What you need to do: Lines below containing the word "radians" should be copied out.

Supplied material:
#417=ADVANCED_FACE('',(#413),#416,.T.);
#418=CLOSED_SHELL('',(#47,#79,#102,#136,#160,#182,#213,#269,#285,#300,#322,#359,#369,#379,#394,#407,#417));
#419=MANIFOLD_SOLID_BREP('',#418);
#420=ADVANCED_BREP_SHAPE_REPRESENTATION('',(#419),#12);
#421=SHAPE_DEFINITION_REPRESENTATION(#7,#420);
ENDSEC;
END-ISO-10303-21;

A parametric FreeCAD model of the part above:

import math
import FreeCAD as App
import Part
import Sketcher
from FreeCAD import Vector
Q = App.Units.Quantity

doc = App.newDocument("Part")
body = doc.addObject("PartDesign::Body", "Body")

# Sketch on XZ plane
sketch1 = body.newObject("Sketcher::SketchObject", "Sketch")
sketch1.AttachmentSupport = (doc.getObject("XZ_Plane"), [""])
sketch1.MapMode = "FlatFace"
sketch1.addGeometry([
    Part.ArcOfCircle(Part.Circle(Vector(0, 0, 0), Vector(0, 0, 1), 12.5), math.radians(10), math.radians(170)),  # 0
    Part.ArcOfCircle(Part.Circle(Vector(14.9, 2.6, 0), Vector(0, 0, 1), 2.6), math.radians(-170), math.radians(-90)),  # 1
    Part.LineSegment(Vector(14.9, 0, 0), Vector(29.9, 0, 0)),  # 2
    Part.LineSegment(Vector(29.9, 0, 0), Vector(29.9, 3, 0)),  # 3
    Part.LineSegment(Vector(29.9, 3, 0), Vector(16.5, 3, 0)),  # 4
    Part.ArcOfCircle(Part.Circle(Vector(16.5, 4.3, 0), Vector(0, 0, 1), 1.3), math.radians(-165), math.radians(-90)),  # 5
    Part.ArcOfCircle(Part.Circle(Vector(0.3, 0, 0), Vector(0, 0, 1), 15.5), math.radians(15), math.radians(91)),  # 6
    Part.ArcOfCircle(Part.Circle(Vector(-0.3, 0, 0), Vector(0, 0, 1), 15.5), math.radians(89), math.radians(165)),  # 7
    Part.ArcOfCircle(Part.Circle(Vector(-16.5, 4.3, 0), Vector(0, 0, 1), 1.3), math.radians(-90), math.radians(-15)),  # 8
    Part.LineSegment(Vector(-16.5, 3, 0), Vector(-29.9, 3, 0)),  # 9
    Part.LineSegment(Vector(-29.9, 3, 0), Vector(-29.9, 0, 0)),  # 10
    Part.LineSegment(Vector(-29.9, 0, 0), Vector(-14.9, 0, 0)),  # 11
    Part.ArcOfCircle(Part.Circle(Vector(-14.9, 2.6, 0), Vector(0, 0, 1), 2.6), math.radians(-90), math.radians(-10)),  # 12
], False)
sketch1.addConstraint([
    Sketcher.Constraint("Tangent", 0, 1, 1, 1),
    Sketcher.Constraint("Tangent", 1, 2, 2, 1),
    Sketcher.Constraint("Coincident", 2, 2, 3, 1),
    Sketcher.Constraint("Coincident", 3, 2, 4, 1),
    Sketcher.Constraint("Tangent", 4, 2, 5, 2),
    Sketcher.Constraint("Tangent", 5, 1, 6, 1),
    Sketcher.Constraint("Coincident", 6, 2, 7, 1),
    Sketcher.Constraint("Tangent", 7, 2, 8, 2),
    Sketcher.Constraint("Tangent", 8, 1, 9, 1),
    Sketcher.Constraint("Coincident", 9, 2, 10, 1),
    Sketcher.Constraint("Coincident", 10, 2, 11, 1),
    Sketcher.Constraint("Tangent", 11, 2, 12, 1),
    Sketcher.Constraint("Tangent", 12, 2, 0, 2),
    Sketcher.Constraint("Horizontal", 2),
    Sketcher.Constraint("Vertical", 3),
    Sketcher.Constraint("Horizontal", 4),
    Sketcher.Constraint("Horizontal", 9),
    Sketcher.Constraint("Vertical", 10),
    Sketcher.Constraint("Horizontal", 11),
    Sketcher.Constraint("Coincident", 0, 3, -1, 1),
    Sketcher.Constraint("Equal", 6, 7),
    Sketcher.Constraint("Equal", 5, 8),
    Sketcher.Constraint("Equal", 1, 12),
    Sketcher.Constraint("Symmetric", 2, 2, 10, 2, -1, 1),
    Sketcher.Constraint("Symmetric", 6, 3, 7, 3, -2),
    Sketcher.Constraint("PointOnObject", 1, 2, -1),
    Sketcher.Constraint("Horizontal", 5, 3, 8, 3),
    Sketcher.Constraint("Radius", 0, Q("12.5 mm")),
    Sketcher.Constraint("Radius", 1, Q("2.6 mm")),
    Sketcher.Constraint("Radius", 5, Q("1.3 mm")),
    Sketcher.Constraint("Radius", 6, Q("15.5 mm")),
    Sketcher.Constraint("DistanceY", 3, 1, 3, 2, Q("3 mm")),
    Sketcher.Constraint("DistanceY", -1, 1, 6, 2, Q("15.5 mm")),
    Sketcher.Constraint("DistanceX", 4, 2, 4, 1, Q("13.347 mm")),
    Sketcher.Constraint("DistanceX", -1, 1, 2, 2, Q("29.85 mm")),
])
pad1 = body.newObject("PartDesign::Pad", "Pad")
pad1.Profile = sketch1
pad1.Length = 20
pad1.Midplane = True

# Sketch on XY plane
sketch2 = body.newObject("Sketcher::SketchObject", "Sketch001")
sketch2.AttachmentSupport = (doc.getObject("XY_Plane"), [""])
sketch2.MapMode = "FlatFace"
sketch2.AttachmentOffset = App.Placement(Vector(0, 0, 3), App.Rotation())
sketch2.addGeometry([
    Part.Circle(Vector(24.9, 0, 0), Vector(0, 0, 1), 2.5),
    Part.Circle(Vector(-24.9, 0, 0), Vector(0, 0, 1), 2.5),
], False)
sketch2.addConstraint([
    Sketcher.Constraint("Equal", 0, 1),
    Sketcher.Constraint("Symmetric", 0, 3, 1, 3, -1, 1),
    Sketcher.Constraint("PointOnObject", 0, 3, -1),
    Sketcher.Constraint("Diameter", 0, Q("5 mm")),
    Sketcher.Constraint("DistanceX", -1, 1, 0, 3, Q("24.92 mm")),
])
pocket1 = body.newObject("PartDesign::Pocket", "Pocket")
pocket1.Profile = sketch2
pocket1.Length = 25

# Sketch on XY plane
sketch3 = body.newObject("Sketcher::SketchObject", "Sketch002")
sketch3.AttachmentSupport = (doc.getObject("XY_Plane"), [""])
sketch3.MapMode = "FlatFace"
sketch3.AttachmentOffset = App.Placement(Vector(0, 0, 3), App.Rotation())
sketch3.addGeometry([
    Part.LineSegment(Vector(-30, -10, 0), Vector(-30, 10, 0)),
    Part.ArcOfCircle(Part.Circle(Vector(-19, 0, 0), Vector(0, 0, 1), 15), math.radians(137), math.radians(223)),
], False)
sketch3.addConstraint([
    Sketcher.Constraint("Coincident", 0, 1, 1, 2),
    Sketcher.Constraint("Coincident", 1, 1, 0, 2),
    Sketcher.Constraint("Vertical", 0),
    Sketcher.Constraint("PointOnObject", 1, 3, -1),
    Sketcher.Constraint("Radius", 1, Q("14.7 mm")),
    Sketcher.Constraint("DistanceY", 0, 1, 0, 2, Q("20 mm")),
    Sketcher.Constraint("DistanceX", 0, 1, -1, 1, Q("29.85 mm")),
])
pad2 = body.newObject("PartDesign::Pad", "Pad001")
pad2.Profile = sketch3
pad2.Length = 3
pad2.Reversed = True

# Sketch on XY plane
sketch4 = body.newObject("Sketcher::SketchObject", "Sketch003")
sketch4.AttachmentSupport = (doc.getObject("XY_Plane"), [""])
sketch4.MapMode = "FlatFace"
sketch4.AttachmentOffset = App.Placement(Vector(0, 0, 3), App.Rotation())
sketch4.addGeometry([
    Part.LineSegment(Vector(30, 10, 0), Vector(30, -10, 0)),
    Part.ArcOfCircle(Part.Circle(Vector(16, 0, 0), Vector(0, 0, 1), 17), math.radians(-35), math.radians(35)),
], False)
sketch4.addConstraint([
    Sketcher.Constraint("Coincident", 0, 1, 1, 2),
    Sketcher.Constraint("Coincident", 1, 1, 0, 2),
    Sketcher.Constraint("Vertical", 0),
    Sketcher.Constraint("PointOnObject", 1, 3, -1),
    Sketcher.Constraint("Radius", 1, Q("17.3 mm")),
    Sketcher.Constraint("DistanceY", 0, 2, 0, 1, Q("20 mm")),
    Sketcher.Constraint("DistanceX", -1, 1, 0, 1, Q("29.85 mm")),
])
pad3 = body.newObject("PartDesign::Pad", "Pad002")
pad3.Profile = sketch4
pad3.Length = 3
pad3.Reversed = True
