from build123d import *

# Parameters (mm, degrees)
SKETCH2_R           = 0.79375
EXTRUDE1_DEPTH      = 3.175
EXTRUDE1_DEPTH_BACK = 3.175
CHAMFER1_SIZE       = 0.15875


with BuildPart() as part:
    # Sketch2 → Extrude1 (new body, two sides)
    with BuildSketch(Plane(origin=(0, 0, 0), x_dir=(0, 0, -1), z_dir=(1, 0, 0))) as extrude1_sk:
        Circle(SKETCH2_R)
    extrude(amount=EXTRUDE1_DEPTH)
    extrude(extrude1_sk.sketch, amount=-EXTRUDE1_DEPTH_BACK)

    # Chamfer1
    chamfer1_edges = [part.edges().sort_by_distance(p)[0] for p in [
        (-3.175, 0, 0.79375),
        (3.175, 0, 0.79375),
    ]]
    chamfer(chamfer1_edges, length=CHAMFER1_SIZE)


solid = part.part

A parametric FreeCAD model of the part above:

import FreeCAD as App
import Part
import Sketcher

V = App.Vector
Q = App.Units.Quantity


def edges_at(feature, points):
    """Names of the edges that pass closest to the given points."""
    edges = feature.Shape.Edges
    near = lambda p: min(range(len(edges)), key=lambda i: edges[i].distToShape(Part.Vertex(*p))[0])
    return sorted({f"Edge{near(p) + 1}" for p in points})

doc = App.newDocument("Part")
body = doc.addObject("PartDesign::Body", "Body")

# Sketch on YZ plane
sketch1 = body.newObject("Sketcher::SketchObject", "Sketch")
sketch1.AttachmentSupport = (doc.getObject("YZ_Plane"), [""])
sketch1.MapMode = "FlatFace"
sketch1.addGeometry(Part.Circle(V(0, 0, 0), V(0, 0, 1), 0.8), False)
sketch1.addConstraint([
    Sketcher.Constraint("Coincident", 0, 3, -1, 1),
    Sketcher.Constraint("Diameter", 0, Q("0.0625 in")),
])
pad1 = body.newObject("PartDesign::Pad", "Pad")
pad1.Profile = sketch1
pad1.Type = "TwoLengths"
pad1.Length = Q("0.125 in")
pad1.Length2 = Q("0.125 in")
doc.recompute()

chamfer = body.newObject("PartDesign::Chamfer", "Chamfer")
chamfer.Base = (pad1, edges_at(pad1, [(-3.175, 0, 0.794), (3.175, 0, 0.794)]))
chamfer.Size = 0.15875

doc.recompute()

Task response:
    Part.ArcOfCircle(Part.Circle(Vector(0, 0, 0), Vector(0, 0, 1), 12.5), math.radians(10), math.radians(170)),  # 0
    Part.ArcOfCircle(Part.Circle(Vector(14.9, 2.6, 0), Vector(0, 0, 1), 2.6), math.radians(-170), math.radians(-90)),  # 1
    Part.ArcOfCircle(Part.Circle(Vector(16.5, 4.3, 0), Vector(0, 0, 1), 1.3), math.radians(-165), math.radians(-90)),  # 5
    Part.ArcOfCircle(Part.Circle(Vector(0.3, 0, 0), Vector(0, 0, 1), 15.5), math.radians(15), math.radians(91)),  # 6
    Part.ArcOfCircle(Part.Circle(Vector(-0.3, 0, 0), Vector(0, 0, 1), 15.5), math.radians(89), math.radians(165)),  # 7
    Part.ArcOfCircle(Part.Circle(Vector(-16.5, 4.3, 0), Vector(0, 0, 1), 1.3), math.radians(-90), math.radians(-15)),  # 8
    Part.ArcOfCircle(Part.Circle(Vector(-14.9, 2.6, 0), Vector(0, 0, 1), 2.6), math.radians(-90), math.radians(-10)),  # 12
    Part.ArcOfCircle(Part.Circle(Vector(-19, 0, 0), Vector(0, 0, 1), 15), math.radians(137), math.radians(223)),
    Part.ArcOfCircle(Part.Circle(Vector(16, 0, 0), Vector(0, 0, 1), 17), math.radians(-35), math.radians(35)),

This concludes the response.